We developed a simple model to examine if energy storage in a tendon is more sensitive to changes in muscle moment arm or changes in mechanical properties of the tendon. To study tendon energetics during stretch–shortening cycles, we used a single-joint-model with the following characteristics: (1) the movement is restricted to cyclical flexion and extension of one joint (e.g. ankle bouncing); (2) the joint is actuated by one muscle–tendon unit (MTU), comprised of a contractile element (CE) in series with an elastic element (SE) and there is no redundancy of agonists and no co-contraction of antagonists; (3) kinematics and joint moments are given;and (4) net joint work over one full cycle is zero.

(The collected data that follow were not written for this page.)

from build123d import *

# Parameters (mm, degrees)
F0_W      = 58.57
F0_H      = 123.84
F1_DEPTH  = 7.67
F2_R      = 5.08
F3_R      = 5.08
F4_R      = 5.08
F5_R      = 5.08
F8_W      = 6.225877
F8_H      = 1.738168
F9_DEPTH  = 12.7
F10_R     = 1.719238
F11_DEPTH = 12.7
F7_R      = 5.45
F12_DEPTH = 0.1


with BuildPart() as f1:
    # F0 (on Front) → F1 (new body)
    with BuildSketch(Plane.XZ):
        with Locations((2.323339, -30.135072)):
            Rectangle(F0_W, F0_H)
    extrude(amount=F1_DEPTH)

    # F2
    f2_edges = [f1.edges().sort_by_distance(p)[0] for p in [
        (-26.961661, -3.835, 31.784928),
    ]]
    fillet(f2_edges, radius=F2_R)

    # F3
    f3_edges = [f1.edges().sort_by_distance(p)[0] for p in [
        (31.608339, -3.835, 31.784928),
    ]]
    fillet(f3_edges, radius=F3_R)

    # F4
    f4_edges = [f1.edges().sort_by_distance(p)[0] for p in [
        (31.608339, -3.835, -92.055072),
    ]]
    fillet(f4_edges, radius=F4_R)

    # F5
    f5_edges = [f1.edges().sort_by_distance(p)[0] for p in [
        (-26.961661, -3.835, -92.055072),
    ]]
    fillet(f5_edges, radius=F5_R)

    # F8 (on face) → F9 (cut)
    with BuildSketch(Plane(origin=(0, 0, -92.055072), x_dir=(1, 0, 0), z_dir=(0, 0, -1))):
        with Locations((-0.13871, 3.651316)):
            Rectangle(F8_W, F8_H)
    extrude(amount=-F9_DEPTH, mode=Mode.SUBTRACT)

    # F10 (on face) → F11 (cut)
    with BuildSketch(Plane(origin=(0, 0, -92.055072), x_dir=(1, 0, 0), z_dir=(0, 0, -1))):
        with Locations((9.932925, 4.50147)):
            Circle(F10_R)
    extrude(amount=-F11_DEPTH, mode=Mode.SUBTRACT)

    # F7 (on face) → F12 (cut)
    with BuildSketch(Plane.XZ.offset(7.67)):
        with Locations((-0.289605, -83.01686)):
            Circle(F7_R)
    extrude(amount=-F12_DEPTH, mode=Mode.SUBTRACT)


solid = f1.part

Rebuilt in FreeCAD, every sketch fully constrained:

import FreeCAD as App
import Part
import Sketcher
from FreeCAD import Vector


def edges_at(feature, points):
    """Names of the edges that pass closest to the given points."""
    edges = feature.Shape.Edges
    near = lambda p: min(range(len(edges)), key=lambda i: edges[i].distToShape(Part.Vertex(*p))[0])
    return sorted({f"Edge{near(p) + 1}" for p in points})


def add_polygon(sketch, points):
    """Adds a closed chain of lines whose ends are joined by coincident constraints."""
    first, n = sketch.GeometryCount, len(points)
    for a, b in zip(points, points[1:] + points[:1]):
        sketch.addGeometry(Part.LineSegment(App.Vector(*a, 0), App.Vector(*b, 0)), False)
    for i in range(n):
        sketch.addConstraint(Sketcher.Constraint("Coincident", first + i, 2, first + (i + 1) % n, 1))

doc = App.newDocument("Part")
params = doc.addObject("Spreadsheet::Sheet", "Params")
for row, (alias, value) in enumerate([
    ("sketch1_width", "58.57 mm"),
    ("sketch1_height", "123.84 mm"),
    ("pad1_length", "7.67 mm"),
    ("fillet_radius", "5.08 mm"),
    ("fillet2_radius", "5.08 mm"),
    ("fillet3_radius", "5.08 mm"),
    ("fillet4_radius", "5.08 mm"),
    ("pocket1_length", "12.7 mm"),
    ("pocket2_length", "12.7 mm"),
    ("sketch4_diameter", "10.9 mm"),
    ("pocket3_length", "0.1 mm"),
], start=1):
    params.set(f"A{row}", alias)
    params.set(f"B{row}", "=" + value)
    params.setAlias(f"B{row}", alias)

body = doc.addObject("PartDesign::Body", "Body")

sketch1 = doc.addObject("Sketcher::SketchObject", "Sketch")
body.addObject(sketch1)
sketch1.AttachmentSupport = (doc.XZ_Plane, [""])
sketch1.MapMode = "FlatFace"
add_polygon(sketch1, [(-27, 32), (-27, -92), (32, -92), (32, 32)])
sketch1.addConstraint([
    Sketcher.Constraint("Vertical", 0),
    Sketcher.Constraint("Horizontal", 1),
    Sketcher.Constraint("Vertical", 2),
    Sketcher.Constraint("Horizontal", 3),
    Sketcher.Constraint("DistanceX", 1, 1, 1, 2, 58.57),
    Sketcher.Constraint("DistanceY", 0, 2, 0, 1, 123.84),
    Sketcher.Constraint("DistanceX", 0, 2, -1, 1, 26.961661),
    Sketcher.Constraint("DistanceY", 0, 2, -1, 1, 92.055072),
])
sketch1.setExpression("Constraints[8]", "Params.sketch1_width")
sketch1.setExpression("Constraints[9]", "Params.sketch1_height")
pad1 = doc.addObject("PartDesign::Pad", "Pad")
body.addObject(pad1)
pad1.Profile = sketch1
pad1.setExpression("Length", "Params.pad1_length")
doc.recompute()

fillet = doc.addObject("PartDesign::Fillet", "Fillet")
body.addObject(fillet)
fillet.Base = (pad1, edges_at(pad1, [(-26.962, -3.835, 31.785)]))
fillet.setExpression("Radius", "Params.fillet_radius")
doc.recompute()

fillet2 = doc.addObject("PartDesign::Fillet", "Fillet001")
body.addObject(fillet2)
fillet2.Base = (fillet, edges_at(fillet, [(31.608, -3.835, 31.785)]))
fillet2.setExpression("Radius", "Params.fillet2_radius")
doc.recompute()

fillet3 = doc.addObject("PartDesign::Fillet", "Fillet002")
body.addObject(fillet3)
fillet3.Base = (fillet2, edges_at(fillet2, [(31.608, -3.835, -92.055)]))
fillet3.setExpression("Radius", "Params.fillet3_radius")
doc.recompute()

fillet4 = doc.addObject("PartDesign::Fillet", "Fillet003")
body.addObject(fillet4)
fillet4.Base = (fillet3, edges_at(fillet3, [(-26.962, -3.835, -92.055)]))
fillet4.setExpression("Radius", "Params.fillet4_radius")

sketch2 = doc.addObject("Sketcher::SketchObject", "Sketch001")
body.addObject(sketch2)
sketch2.AttachmentSupport = (doc.XY_Plane, [""])
sketch2.MapMode = "FlatFace"
sketch2.AttachmentOffset = App.Placement(Vector(0, 0, -92.055072), App.Rotation())
add_polygon(sketch2, [(-3.3, -4.5), (-3.3, -2.8), (3, -2.8), (3, -4.5)])
sketch2.addConstraint([
    Sketcher.Constraint("Vertical", 0),
    Sketcher.Constraint("Horizontal", 1),
    Sketcher.Constraint("Vertical", 2),
    Sketcher.Constraint("Horizontal", 3),
    Sketcher.Constraint("DistanceY", 0, 1, 0, 2, 1.738168),
    Sketcher.Constraint("DistanceY", 2, 2, -1, 1, 4.5204),
    Sketcher.Constraint("DistanceX", 1, 1, 1, 2, 6.225877),
    Sketcher.Constraint("DistanceX", 0, 2, -1, 1, 3.251648),
])
pocket1 = doc.addObject("PartDesign::Pocket", "Pocket")
body.addObject(pocket1)
pocket1.Profile = sketch2
pocket1.setExpression("Length", "Params.pocket1_length")
pocket1.Reversed = True

sketch3 = doc.addObject("Sketcher::SketchObject", "Sketch002")
body.addObject(sketch3)
sketch3.AttachmentSupport = (doc.XY_Plane, [""])
sketch3.MapMode = "FlatFace"
sketch3.AttachmentOffset = App.Placement(Vector(0, 0, -92.055072), App.Rotation())
sketch3.addGeometry(Part.Circle(Vector(9.9, -4.5, 0), Vector(0, 0, 1), 1.7), False)
sketch3.addConstraint([
    Sketcher.Constraint("Diameter", 0, 3.438476),
    Sketcher.Constraint("DistanceY", 0, 3, -1, 1, 4.50147),
    Sketcher.Constraint("DistanceX", -1, 1, 0, 3, 9.932925),
])
pocket2 = doc.addObject("PartDesign::Pocket", "Pocket001")
body.addObject(pocket2)
pocket2.Profile = sketch3
pocket2.setExpression("Length", "Params.pocket2_length")
pocket2.Reversed = True

sketch4 = doc.addObject("Sketcher::SketchObject", "Sketch003")
body.addObject(sketch4)
sketch4.AttachmentSupport = (doc.XZ_Plane, [""])
sketch4.MapMode = "FlatFace"
sketch4.AttachmentOffset = App.Placement(Vector(0, 0, 7.67), App.Rotation())
sketch4.addGeometry(Part.Circle(Vector(0, -83, 0), Vector(0, 0, 1), 5), False)
sketch4.addConstraint([
    Sketcher.Constraint("Diameter", 0, 10.9),
    Sketcher.Constraint("DistanceY", 0, 3, -1, 1, 83.01686),
    Sketcher.Constraint("DistanceX", 0, 3, -1, 1, 0.289605),
])
sketch4.setExpression("Constraints[0]", "Params.sketch4_diameter")
pocket3 = doc.addObject("PartDesign::Pocket", "Pocket002")
body.addObject(pocket3)
pocket3.Profile = sketch4
pocket3.setExpression("Length", "Params.pocket3_length")

doc.recompute()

Under these assumptions, it is evident that joint moment equals MTU moment,and joint work equals MTU work. Changes in MTU length are a function of both joint angular displacement and moment arm of the MTU at the joint. During the stretch phase, work is done on the MTU (by gravity) and the MTU, as a whole,is lengthening; in this phase, energy can be stored in the tendon. During the subsequent shortening phase, the MTU does work while shortening; in this phase stored energy can be released from the tendon.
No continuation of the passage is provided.